The first tension arm 4 is pivotally mounted about a first pivot axis A4 by means of a first bearing. The second tension arm 6 is pivotally mounted about a second pivot axis A6 by means of a second bearing. In this case, the two bearings are arranged coaxially with respect to one another, ie the two pivot axes A4, A6 coincide. In principle, however, it is also conceivable for certain applications that the two pivot axes can be arranged parallel to or eccentrically relative to one another.

The spring 8 extending in the circumferential direction with respect to the pivot axes A4, A6 counteracts a relative pivoting movement of the two tension arms 4, 6. The two tension arms 4, 6 can rotate relative to each other to a limited extent by the interposed spring 8 and can rotate freely together with the spring 8 relative to the base body 3 about the axes A4, A6, ie 360° and more. It is provided that in the assembled state of the belt tensioning device 2 the pivot axes A4, A6 lie within the opening 41 of the base body 3.

The tension arms 4, 6 each have a carrier segment 12, 13, which protrudes radially outwardly from an annular bearing segment 14, 15 of the respective tension arm 4, 6. On the carrier segment 12, 13 is fixed in each case a corresponding tension pulley 5, 7 and by means of the corresponding bearings 16, 16' is rotatably mounted about axes of rotation A5, A7 parallel to the pivot axes A4, A6. The bearing 16' for the second tension pulley 7 is mounted in a bearing housing rigidly connected to the carrier segment 13. The bearing 16' is fastened by means of a screw 27' to the carrier segment 13. Washers 19, 19 ' upper and lower prevent dirt from entering the bearings 16, 16' of the tension pulleys 5, 7.

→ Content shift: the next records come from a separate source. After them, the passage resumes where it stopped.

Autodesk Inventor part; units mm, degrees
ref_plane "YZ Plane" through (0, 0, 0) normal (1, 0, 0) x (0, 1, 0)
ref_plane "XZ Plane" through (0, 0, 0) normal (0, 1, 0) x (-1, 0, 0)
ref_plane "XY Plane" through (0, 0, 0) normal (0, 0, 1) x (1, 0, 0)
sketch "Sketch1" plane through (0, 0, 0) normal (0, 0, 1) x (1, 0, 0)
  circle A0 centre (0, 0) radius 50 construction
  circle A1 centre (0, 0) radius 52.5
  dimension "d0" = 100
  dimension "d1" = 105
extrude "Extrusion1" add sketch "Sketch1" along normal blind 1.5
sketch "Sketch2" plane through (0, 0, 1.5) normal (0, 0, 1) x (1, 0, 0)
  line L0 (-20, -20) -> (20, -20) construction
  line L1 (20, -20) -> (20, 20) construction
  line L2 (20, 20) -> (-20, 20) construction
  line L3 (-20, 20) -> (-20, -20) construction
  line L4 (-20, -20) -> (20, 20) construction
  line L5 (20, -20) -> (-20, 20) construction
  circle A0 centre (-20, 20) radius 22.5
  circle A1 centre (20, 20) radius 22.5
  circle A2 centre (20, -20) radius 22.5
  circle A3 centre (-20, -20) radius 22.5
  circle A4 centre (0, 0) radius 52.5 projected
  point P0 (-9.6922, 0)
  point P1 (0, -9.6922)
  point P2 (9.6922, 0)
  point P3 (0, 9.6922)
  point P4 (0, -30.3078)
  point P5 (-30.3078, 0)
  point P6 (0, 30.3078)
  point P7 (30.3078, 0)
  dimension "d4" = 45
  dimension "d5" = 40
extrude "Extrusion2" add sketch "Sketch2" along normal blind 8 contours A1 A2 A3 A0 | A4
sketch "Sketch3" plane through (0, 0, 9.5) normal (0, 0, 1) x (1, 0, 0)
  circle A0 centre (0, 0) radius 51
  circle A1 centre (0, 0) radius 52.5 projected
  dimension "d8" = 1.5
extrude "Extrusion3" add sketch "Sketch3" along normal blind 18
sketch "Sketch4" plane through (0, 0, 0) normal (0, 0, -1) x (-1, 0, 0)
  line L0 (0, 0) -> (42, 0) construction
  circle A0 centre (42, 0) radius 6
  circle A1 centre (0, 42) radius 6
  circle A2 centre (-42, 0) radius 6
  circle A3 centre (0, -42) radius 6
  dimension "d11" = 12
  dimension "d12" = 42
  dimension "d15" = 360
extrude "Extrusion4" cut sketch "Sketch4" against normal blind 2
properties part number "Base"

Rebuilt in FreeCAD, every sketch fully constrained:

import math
import FreeCAD as App
import Part
import Sketcher
from FreeCAD import Vector
Q = App.Units.Quantity

doc = App.newDocument("Part")
params = doc.addObject("Spreadsheet::Sheet", "Params")
for row, (alias, value) in enumerate([
    ("sketch1_diameter", "105 mm"),
    ("pad1_length", "1.5 mm"),
    ("sketch2_radius", "22.5 mm"),
    ("sketch2_diameter", "105 mm"),
    ("pad2_length", "8 mm"),
    ("sketch3_diameter", "105 mm"),
    ("sketch3_diameter2", "102 mm"),
    ("pad3_length", "18 mm"),
    ("sketch4_diameter", "12 mm"),
    ("pocket1_length", "2 mm"),
], start=1):
    params.set(f"A{row}", alias)
    params.set(f"B{row}", "=" + value)
    params.setAlias(f"B{row}", alias)

body = doc.addObject("PartDesign::Body", "Body")

# Sketch on XY plane
sketch1 = doc.addObject("Sketcher::SketchObject", "Sketch")
body.addObject(sketch1)
sketch1.AttachmentSupport = (doc.XY_Plane, [""])
sketch1.MapMode = "FlatFace"
sketch1.addGeometry(Part.Circle(Vector(0, 0, 0), Vector(0, 0, 1), 52), False)
sketch1.addConstraint(Sketcher.Constraint("Coincident", 0, 3, -1, 1))
sketch1.addConstraint(Sketcher.Constraint("Diameter", 0, Q("105 mm")))
sketch1.setExpression("Constraints[1]", "Params.sketch1_diameter")
pad1 = doc.addObject("PartDesign::Pad", "Pad")
body.addObject(pad1)
pad1.Profile = sketch1
pad1.setExpression("Length", "Params.pad1_length")

# Sketch on XY plane
sketch2 = doc.addObject("Sketcher::SketchObject", "Sketch001")
body.addObject(sketch2)
sketch2.AttachmentSupport = (doc.XY_Plane, [""])
sketch2.MapMode = "FlatFace"
sketch2.AttachmentOffset = App.Placement(Vector(0, 0, 1.5), App.Rotation())
sketch2.addGeometry(Part.ArcOfCircle(Part.Circle(Vector(20, 20, 0), Vector(0, 0, 1), 22), math.radians(-153), math.radians(-117)), False)
sketch2.addGeometry(Part.ArcOfCircle(Part.Circle(Vector(-20, 20, 0), Vector(0, 0, 1), 22), math.radians(-63), math.radians(-27)), False)
sketch2.addGeometry(Part.ArcOfCircle(Part.Circle(Vector(-20, -20, 0), Vector(0, 0, 1), 22), math.radians(27), math.radians(63)), False)
sketch2.addGeometry(Part.ArcOfCircle(Part.Circle(Vector(20, -20, 0), Vector(0, 0, 1), 22), math.radians(117), math.radians(153)), False)
sketch2.addGeometry(Part.Circle(Vector(0, 0, 0), Vector(0, 0, 1), 52), False)
sketch2.addGeometry(Part.ArcOfCircle(Part.Circle(Vector(-20, 20, 0), Vector(0, 0, 1), 22), math.radians(27), math.radians(243)), False)
sketch2.addGeometry(Part.ArcOfCircle(Part.Circle(Vector(20, 20, 0), Vector(0, 0, 1), 22), math.radians(-63), math.radians(153)), False)
sketch2.addGeometry(Part.ArcOfCircle(Part.Circle(Vector(20, -20, 0), Vector(0, 0, 1), 22), math.radians(-153), math.radians(63)), False)
sketch2.addGeometry(Part.ArcOfCircle(Part.Circle(Vector(-20, -20, 0), Vector(0, 0, 1), 22), math.radians(117), math.radians(333)), False)
sketch2.addConstraint(Sketcher.Constraint("Coincident", 0, 1, 1, 2))
sketch2.addConstraint(Sketcher.Constraint("Coincident", 1, 1, 2, 2))
sketch2.addConstraint(Sketcher.Constraint("Coincident", 2, 1, 3, 2))
sketch2.addConstraint(Sketcher.Constraint("Coincident", 3, 1, 0, 2))
sketch2.addConstraint(Sketcher.Constraint("Coincident", 5, 1, 6, 2))
sketch2.addConstraint(Sketcher.Constraint("Coincident", 6, 1, 7, 2))
sketch2.addConstraint(Sketcher.Constraint("Coincident", 7, 1, 8, 2))
sketch2.addConstraint(Sketcher.Constraint("Coincident", 8, 1, 5, 2))
sketch2.addConstraint(Sketcher.Constraint("Coincident", 4, 3, -1, 1))
sketch2.addConstraint(Sketcher.Constraint("Coincident", 5, 3, 1, 3))
sketch2.addConstraint(Sketcher.Constraint("Coincident", 6, 3, 0, 3))
sketch2.addConstraint(Sketcher.Constraint("Coincident", 7, 3, 3, 3))
sketch2.addConstraint(Sketcher.Constraint("Coincident", 8, 3, 2, 3))
sketch2.addConstraint(Sketcher.Constraint("Equal", 0, 1))
sketch2.addConstraint(Sketcher.Constraint("Equal", 1, 2))
sketch2.addConstraint(Sketcher.Constraint("Equal", 2, 3))
sketch2.addConstraint(Sketcher.Constraint("Equal", 3, 5))
sketch2.addConstraint(Sketcher.Constraint("Equal", 5, 6))
sketch2.addConstraint(Sketcher.Constraint("Equal", 6, 7))
sketch2.addConstraint(Sketcher.Constraint("Equal", 7, 8))
sketch2.addConstraint(Sketcher.Constraint("Symmetric", 0, 3, 2, 3, -1, 1))
sketch2.addConstraint(Sketcher.Constraint("Symmetric", 1, 3, 3, 3, -1, 1))
sketch2.addConstraint(Sketcher.Constraint("Symmetric", 0, 3, 1, 3, -2))
sketch2.addConstraint(Sketcher.Constraint("Radius", 0, Q("22.5 mm")))
sketch2.addConstraint(Sketcher.Constraint("Diameter", 4, Q("105 mm")))
sketch2.addConstraint(Sketcher.Constraint("DistanceX", 1, 3, 0, 3, Q("40 mm")))
sketch2.addConstraint(Sketcher.Constraint("DistanceY", 2, 3, 1, 3, Q("40 mm")))
sketch2.setExpression("Constraints[23]", "Params.sketch2_radius")
sketch2.setExpression("Constraints[24]", "Params.sketch2_diameter")
pad2 = doc.addObject("PartDesign::Pad", "Pad001")
body.addObject(pad2)
pad2.Profile = sketch2
pad2.setExpression("Length", "Params.pad2_length")

# Sketch on XY plane
sketch3 = doc.addObject("Sketcher::SketchObject", "Sketch002")
body.addObject(sketch3)
sketch3.AttachmentSupport = (doc.XY_Plane, [""])
sketch3.MapMode = "FlatFace"
sketch3.AttachmentOffset = App.Placement(Vector(0, 0, 9.5), App.Rotation())
sketch3.addGeometry(Part.Circle(Vector(0, 0, 0), Vector(0, 0, 1), 52), False)
sketch3.addGeometry(Part.Circle(Vector(0, 0, 0), Vector(0, 0, 1), 51), False)
sketch3.addConstraint(Sketcher.Constraint("Coincident", 0, 3, -1, 1))
sketch3.addConstraint(Sketcher.Constraint("Coincident", 1, 3, -1, 1))
sketch3.addConstraint(Sketcher.Constraint("Diameter", 0, Q("105 mm")))
sketch3.addConstraint(Sketcher.Constraint("Diameter", 1, Q("102 mm")))
sketch3.setExpression("Constraints[2]", "Params.sketch3_diameter")
sketch3.setExpression("Constraints[3]", "Params.sketch3_diameter2")
pad3 = doc.addObject("PartDesign::Pad", "Pad002")
body.addObject(pad3)
pad3.Profile = sketch3
pad3.setExpression("Length", "Params.pad3_length")

# Sketch on XY plane
sketch4 = doc.addObject("Sketcher::SketchObject", "Sketch003")
body.addObject(sketch4)
sketch4.AttachmentSupport = (doc.XY_Plane, [""])
sketch4.MapMode = "FlatFace"
sketch4.addGeometry(Part.Circle(Vector(-42, 0, 0), Vector(0, 0, 1), 6), False)
sketch4.addGeometry(Part.Circle(Vector(0, 42, 0), Vector(0, 0, 1), 6), False)
sketch4.addGeometry(Part.Circle(Vector(42, 0, 0), Vector(0, 0, 1), 6), False)
sketch4.addGeometry(Part.Circle(Vector(0, -42, 0), Vector(0, 0, 1), 6), False)
sketch4.addConstraint(Sketcher.Constraint("Equal", 0, 1))
sketch4.addConstraint(Sketcher.Constraint("Equal", 1, 2))
sketch4.addConstraint(Sketcher.Constraint("Equal", 2, 3))
sketch4.addConstraint(Sketcher.Constraint("Symmetric", 0, 3, 2, 3, -1, 1))
sketch4.addConstraint(Sketcher.Constraint("Symmetric", 1, 3, 3, 3, -1, 1))
sketch4.addConstraint(Sketcher.Constraint("PointOnObject", 0, 3, -1))
sketch4.addConstraint(Sketcher.Constraint("PointOnObject", 1, 3, -2))
sketch4.addConstraint(Sketcher.Constraint("Diameter", 0, Q("12 mm")))
sketch4.addConstraint(Sketcher.Constraint("DistanceX", 0, 3, -1, 1, Q("42 mm")))
sketch4.addConstraint(Sketcher.Constraint("DistanceY", -1, 1, 1, 3, Q("42 mm")))
sketch4.setExpression("Constraints[7]", "Params.sketch4_diameter")
pocket1 = doc.addObject("PartDesign::Pocket", "Pocket")
body.addObject(pocket1)
pocket1.Profile = sketch4
pocket1.setExpression("Length", "Params.pocket1_length")
pocket1.Reversed = True

doc.recompute()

A particularity of the present embodiment consists in the configuration of the first tensioning pulley arrangement, which comprises the first tensioning pulley 5 and the adjustment mechanism 11, in a compact construction unit.

The first tension pulley 5 is mounted on a bearing support 17 of the first tension arm 4 so that it can rotate about a rotation axis A5. The bearing support 17 can be adjusted with respect to the tension arm 4 by means of the adjustment mechanism 11 and fixed in the desired position. By a movement of the tension arm 4 relative to the bearing bracket 17, the first spring bearing 9 connected to the tension arm moves correspondingly relative to the tension pulley 5 in the circumferential direction. Depending on the direction of movement, this results in an expansion or contraction of the spring 8, so that the spring force and thus the torque generated by the belt tensioner 2 can be varied.

The adjustment mechanism 11 comprises an actuator 18, which is connected to the spring support 9, a support element 19, which is connected to the bearing support 17, and an actuating element 20 for adjusting the actuator with respect to the element support. The support element 19 is supported on the one hand on the actuator 18 and on the other hand on the drive element 20 in the circumferential direction, which also includes indirect support.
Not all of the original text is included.